EXERCISE AIM: List each line of the data in which the string "extrude" appears.

RECORDS SUPPLIED:
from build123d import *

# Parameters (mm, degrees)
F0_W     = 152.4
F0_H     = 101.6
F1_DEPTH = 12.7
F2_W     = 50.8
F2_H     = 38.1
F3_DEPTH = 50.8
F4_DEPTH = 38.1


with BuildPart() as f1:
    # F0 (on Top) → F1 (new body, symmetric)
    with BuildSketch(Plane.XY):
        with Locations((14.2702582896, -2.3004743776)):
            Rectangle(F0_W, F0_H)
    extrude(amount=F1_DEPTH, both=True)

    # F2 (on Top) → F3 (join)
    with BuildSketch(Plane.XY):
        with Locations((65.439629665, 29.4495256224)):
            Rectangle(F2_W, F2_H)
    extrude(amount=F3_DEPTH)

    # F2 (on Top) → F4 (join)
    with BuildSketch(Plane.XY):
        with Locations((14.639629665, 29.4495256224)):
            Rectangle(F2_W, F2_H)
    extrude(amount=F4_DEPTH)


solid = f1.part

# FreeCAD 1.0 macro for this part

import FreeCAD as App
import Part
import Sketcher
from FreeCAD import Vector
Q = App.Units.Quantity


def add_polygon(sketch, points):
    """Adds a closed chain of lines whose ends are joined by coincident constraints."""
    first, n = sketch.GeometryCount, len(points)
    for a, b in zip(points, points[1:] + points[:1]):
        sketch.addGeometry(Part.LineSegment(App.Vector(*a, 0), App.Vector(*b, 0)), False)
    for i in range(n):
        sketch.addConstraint(Sketcher.Constraint("Coincident", first + i, 2, first + (i + 1) % n, 1))

doc = App.newDocument("Part")
body = doc.addObject("PartDesign::Body", "Body")

sketch1 = body.newObject("Sketcher::SketchObject", "Sketch")
sketch1.AttachmentSupport = (doc.getObject("XY_Plane"), [""])
sketch1.MapMode = "FlatFace"
add_polygon(sketch1, [(-62, 48), (-62, -53), (90, -53), (90, 48)])
sketch1.addConstraint(Sketcher.Constraint("Vertical", 0))
sketch1.addConstraint(Sketcher.Constraint("Horizontal", 1))
sketch1.addConstraint(Sketcher.Constraint("Vertical", 2))
sketch1.addConstraint(Sketcher.Constraint("Horizontal", 3))
sketch1.addConstraint(Sketcher.Constraint("DistanceX", 1, 1, 1, 2, Q("6 in")))
sketch1.addConstraint(Sketcher.Constraint("DistanceY", 0, 2, 0, 1, Q("4 in")))
sketch1.addConstraint(Sketcher.Constraint("DistanceX", 0, 2, -1, 1, Q("61.929742 mm")))
sketch1.addConstraint(Sketcher.Constraint("DistanceY", 0, 2, -1, 1, Q("53.100474 mm")))
pad1 = body.newObject("PartDesign::Pad", "Pad")
pad1.Profile = sketch1
pad1.Length = Q("1 in")
pad1.Midplane = True

sketch2 = body.newObject("Sketcher::SketchObject", "Sketch001")
sketch2.AttachmentSupport = (doc.getObject("XY_Plane"), [""])
sketch2.MapMode = "FlatFace"
add_polygon(sketch2, [(40, 48), (40, 10), (91, 10), (91, 48)])
sketch2.addConstraint(Sketcher.Constraint("Vertical", 0))
sketch2.addConstraint(Sketcher.Constraint("Horizontal", 1))
sketch2.addConstraint(Sketcher.Constraint("Vertical", 2))
sketch2.addConstraint(Sketcher.Constraint("Horizontal", 3))
sketch2.addConstraint(Sketcher.Constraint("DistanceX", 1, 1, 1, 2, Q("2 in")))
sketch2.addConstraint(Sketcher.Constraint("DistanceY", 0, 2, 0, 1, Q("1.5 in")))
sketch2.addConstraint(Sketcher.Constraint("DistanceX", -1, 1, 0, 2, Q("40.03963 mm")))
sketch2.addConstraint(Sketcher.Constraint("DistanceY", -1, 1, 0, 2, Q("10.399526 mm")))
pad2 = body.newObject("PartDesign::Pad", "Pad001")
pad2.Profile = sketch2
pad2.Length = Q("2 in")

sketch3 = body.newObject("Sketcher::SketchObject", "Sketch002")
sketch3.AttachmentSupport = (doc.getObject("XY_Plane"), [""])
sketch3.MapMode = "FlatFace"
add_polygon(sketch3, [(-11, 48), (-11, 10), (40, 10), (40, 48)])
sketch3.addConstraint(Sketcher.Constraint("Vertical", 0))
sketch3.addConstraint(Sketcher.Constraint("Horizontal", 1))
sketch3.addConstraint(Sketcher.Constraint("Vertical", 2))
sketch3.addConstraint(Sketcher.Constraint("Horizontal", 3))
sketch3.addConstraint(Sketcher.Constraint("DistanceX", 1, 1, 1, 2, Q("2 in")))
sketch3.addConstraint(Sketcher.Constraint("DistanceY", 0, 2, 0, 1, Q("1.5 in")))
sketch3.addConstraint(Sketcher.Constraint("DistanceX", 0, 2, -1, 1, Q("10.76037 mm")))
sketch3.addConstraint(Sketcher.Constraint("DistanceY", -1, 1, 0, 2, Q("10.399526 mm")))
pad3 = body.newObject("PartDesign::Pad", "Pad002")
pad3.Profile = sketch3
pad3.Length = Q("1.5 in")

doc.recompute()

RESULT OF THIS EXERCISE:
    extrude(amount=F1_DEPTH, both=True)
    extrude(amount=F3_DEPTH)
    extrude(amount=F4_DEPTH)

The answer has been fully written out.